Now suppose I have the same time series but at observation number 11 - 24 hours are missing. I would like to define Gap (=24 hours in this case) and find the relevant breakpoints as in the previous example with 2 additional breakpoints at the beginning of the gap and at the end.
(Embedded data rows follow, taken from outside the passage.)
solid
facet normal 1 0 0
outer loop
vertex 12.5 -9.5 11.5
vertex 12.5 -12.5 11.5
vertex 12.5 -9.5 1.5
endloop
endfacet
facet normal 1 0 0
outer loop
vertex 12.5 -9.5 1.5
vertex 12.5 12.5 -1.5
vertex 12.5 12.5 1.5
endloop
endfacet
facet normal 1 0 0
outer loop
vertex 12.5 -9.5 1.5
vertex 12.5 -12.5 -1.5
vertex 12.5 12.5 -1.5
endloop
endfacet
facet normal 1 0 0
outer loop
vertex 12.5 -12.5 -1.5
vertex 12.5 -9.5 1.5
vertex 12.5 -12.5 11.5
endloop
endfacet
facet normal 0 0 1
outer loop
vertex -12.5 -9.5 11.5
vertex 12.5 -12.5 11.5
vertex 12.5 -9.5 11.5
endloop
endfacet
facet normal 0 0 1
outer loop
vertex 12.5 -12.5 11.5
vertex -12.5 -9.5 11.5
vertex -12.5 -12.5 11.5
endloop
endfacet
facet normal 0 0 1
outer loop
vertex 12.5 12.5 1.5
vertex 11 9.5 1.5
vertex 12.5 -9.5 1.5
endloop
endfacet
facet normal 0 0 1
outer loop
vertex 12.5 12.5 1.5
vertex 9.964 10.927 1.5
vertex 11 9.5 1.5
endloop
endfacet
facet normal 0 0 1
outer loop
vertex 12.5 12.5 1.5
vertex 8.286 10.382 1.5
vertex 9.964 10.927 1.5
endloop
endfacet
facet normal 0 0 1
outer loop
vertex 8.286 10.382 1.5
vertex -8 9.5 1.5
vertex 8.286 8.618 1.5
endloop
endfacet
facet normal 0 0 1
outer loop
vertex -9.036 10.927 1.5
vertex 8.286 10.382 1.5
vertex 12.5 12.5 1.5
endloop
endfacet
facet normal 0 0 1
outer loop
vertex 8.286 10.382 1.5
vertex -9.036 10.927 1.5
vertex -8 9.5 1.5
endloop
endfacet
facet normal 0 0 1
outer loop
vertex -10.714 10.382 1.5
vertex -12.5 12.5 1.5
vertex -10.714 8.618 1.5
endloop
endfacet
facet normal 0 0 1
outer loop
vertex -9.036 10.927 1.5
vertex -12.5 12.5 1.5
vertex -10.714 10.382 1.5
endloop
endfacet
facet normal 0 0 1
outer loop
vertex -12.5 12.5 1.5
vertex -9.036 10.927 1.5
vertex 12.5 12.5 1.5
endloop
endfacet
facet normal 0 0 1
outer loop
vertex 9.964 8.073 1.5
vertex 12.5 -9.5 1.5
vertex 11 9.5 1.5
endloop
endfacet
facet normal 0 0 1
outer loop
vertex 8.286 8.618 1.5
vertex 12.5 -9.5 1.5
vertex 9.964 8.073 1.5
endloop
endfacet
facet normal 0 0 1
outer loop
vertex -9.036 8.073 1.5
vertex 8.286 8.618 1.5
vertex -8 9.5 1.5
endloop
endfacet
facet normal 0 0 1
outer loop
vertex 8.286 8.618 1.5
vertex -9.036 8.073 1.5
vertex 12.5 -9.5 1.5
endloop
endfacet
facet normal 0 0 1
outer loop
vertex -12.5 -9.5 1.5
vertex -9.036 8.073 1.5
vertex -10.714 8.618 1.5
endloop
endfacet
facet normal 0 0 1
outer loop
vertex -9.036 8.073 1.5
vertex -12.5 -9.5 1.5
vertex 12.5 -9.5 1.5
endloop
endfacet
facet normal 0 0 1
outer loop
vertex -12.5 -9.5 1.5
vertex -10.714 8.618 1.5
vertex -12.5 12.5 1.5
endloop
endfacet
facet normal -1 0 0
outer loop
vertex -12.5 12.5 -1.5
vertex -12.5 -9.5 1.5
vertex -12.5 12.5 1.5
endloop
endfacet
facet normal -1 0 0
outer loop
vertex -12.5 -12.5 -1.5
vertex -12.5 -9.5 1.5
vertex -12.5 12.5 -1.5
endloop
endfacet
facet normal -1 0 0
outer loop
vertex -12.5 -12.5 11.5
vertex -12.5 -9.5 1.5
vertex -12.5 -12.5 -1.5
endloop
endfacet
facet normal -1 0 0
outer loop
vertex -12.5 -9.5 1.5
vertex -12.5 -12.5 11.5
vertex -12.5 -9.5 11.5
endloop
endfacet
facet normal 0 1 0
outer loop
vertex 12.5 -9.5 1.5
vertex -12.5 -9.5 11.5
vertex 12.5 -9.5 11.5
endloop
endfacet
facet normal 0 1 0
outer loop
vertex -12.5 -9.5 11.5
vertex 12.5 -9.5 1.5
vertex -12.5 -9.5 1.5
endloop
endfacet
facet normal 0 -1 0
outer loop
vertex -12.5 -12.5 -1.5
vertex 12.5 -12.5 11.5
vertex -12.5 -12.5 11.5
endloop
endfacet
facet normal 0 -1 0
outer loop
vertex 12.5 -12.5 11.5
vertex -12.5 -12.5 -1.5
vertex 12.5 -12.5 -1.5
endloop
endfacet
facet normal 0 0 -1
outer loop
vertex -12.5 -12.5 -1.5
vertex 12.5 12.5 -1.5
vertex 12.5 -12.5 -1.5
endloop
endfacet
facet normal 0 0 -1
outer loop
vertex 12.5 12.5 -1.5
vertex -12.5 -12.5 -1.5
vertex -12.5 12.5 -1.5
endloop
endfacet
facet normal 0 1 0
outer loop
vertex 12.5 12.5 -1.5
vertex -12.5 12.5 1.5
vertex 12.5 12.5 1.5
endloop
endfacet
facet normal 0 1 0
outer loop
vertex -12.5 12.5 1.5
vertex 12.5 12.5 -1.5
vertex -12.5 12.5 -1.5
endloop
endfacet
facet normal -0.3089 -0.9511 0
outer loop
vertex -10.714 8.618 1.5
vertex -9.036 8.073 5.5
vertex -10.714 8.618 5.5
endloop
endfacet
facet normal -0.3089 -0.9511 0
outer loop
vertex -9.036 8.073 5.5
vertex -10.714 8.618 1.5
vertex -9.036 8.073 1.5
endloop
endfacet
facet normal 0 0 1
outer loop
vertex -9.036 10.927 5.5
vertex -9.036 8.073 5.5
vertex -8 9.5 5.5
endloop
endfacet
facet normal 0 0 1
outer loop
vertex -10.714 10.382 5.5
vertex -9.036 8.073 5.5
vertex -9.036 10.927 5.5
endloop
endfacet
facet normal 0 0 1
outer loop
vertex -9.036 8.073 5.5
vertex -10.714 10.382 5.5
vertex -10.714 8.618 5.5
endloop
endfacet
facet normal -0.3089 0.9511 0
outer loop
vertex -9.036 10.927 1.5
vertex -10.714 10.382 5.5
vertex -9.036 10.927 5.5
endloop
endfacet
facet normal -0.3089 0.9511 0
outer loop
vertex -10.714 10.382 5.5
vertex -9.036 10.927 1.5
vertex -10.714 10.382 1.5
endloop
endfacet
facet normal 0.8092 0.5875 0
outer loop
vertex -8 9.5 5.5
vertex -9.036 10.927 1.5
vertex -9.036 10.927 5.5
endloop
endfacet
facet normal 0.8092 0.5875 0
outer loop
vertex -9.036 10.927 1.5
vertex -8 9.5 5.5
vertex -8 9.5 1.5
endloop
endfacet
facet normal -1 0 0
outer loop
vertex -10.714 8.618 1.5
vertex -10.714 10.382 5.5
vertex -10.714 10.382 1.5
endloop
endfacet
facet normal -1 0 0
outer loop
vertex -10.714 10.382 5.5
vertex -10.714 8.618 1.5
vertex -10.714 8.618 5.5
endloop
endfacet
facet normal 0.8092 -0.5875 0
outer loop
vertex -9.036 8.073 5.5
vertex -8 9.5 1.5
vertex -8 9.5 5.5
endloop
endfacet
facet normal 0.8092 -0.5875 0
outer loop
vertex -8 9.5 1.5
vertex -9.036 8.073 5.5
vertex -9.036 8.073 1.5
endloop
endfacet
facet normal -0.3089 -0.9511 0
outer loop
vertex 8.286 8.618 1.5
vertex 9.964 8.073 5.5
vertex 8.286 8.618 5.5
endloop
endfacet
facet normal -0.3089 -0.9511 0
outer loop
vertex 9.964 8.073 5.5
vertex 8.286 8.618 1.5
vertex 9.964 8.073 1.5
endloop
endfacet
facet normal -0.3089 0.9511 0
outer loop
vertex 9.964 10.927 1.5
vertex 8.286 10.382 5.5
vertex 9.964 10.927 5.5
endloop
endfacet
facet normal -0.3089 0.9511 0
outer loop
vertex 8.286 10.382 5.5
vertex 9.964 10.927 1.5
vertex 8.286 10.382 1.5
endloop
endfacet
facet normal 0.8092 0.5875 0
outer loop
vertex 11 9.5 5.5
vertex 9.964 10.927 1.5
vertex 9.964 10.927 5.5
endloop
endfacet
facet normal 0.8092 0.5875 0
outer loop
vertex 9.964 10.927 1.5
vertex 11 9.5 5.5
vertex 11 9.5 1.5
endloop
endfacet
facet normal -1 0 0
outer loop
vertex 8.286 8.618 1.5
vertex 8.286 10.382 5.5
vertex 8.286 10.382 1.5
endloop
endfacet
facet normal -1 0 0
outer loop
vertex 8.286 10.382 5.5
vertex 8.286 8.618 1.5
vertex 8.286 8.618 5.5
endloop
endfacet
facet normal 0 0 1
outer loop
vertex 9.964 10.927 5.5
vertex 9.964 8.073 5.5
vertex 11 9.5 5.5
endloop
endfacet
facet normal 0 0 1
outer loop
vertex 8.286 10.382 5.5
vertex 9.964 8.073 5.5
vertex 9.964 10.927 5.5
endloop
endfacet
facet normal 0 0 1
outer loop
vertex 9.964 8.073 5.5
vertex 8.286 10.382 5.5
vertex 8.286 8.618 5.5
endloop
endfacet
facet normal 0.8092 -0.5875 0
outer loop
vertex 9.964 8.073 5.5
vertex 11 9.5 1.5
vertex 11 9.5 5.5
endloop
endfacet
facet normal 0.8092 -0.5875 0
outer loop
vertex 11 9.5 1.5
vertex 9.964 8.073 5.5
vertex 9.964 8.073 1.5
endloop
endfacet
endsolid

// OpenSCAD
//Replacement hinge for oven part

base_width = 25;
base_depth = 25;
base_thick = 3;

back_height = 10;
back_width = base_width;
back_thick = 3;

post_r = 1.5;
post_h = 5;

union(){
    translate([0,-base_depth/2+back_thick/2,back_height/2 + base_thick/2]){
        cube([back_width, back_thick, back_height], center=true);
    }
    cube([base_width, base_depth, base_thick], center=true);
    translate([post_r*2 - base_width/2, base_depth/2-post_r*2, base_thick]){
        cylinder(h=post_h, r=post_r, center=true);
    }
    translate([base_width/2 - post_r*2, base_depth/2-post_r*2, base_thick]){
        cylinder(h=post_h, r=post_r, center=true);
    }
}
For the following time series the breakpoints will be:

8 10  12   13  18 21

Here is the time series with gaps:

 Lines <- "Hour,PF
    0,14/01/2015 00:00,0.305
    1,14/01/2015 01:00,0.306
    2,14/01/2015 02:00,0.307
    3,14/01/2015 03:00,0.3081
    4,14/01/2015 04:00,0.3091
    5,14/01/2015 05:00,0.3101
    6,14/01/2015 06:00,0.3111
    7,14/01/2015 07:00,0.3122
    8,14/01/2015 08:00,0.455
    9,14/01/2015 09:00,0.7103
    10,14/01/2015 10:00,0.9656 
    11,14/01/2015 11:00,1           <---
    12,15/01/2015 12:00,0.9738      <--- GAP of 24 hours
    13,15/01/2015 13:00,0.9476
    14,15/01/2015 14:00,0.9213
    15,15/01/2015 15:00,0.8951
    16,15/01/2015 16:00,0.8689
    17,15/01/2015 17:00,0.8427
    18,15/01/2015 18:00,0.6956
    19,15/01/2015 19:00,0.6006
    20,15/01/2015 20:00,0.5056
    21,15/01/2015 21:00,0.4106
    22,15/01/2015 22:00,0.3157
    23,15/01/2015 23:00,0.3157"

Solution

  • Your Gap is actually a whole month (14/01 to14/02).

    c(0,1)+which.max(diff(time(z))) # 12,13
    

    will return the indices for the largest gap which you can append to your break points.

    Note: the start and end of the gap is 12,13 not 11,12 since index in R starts from 1.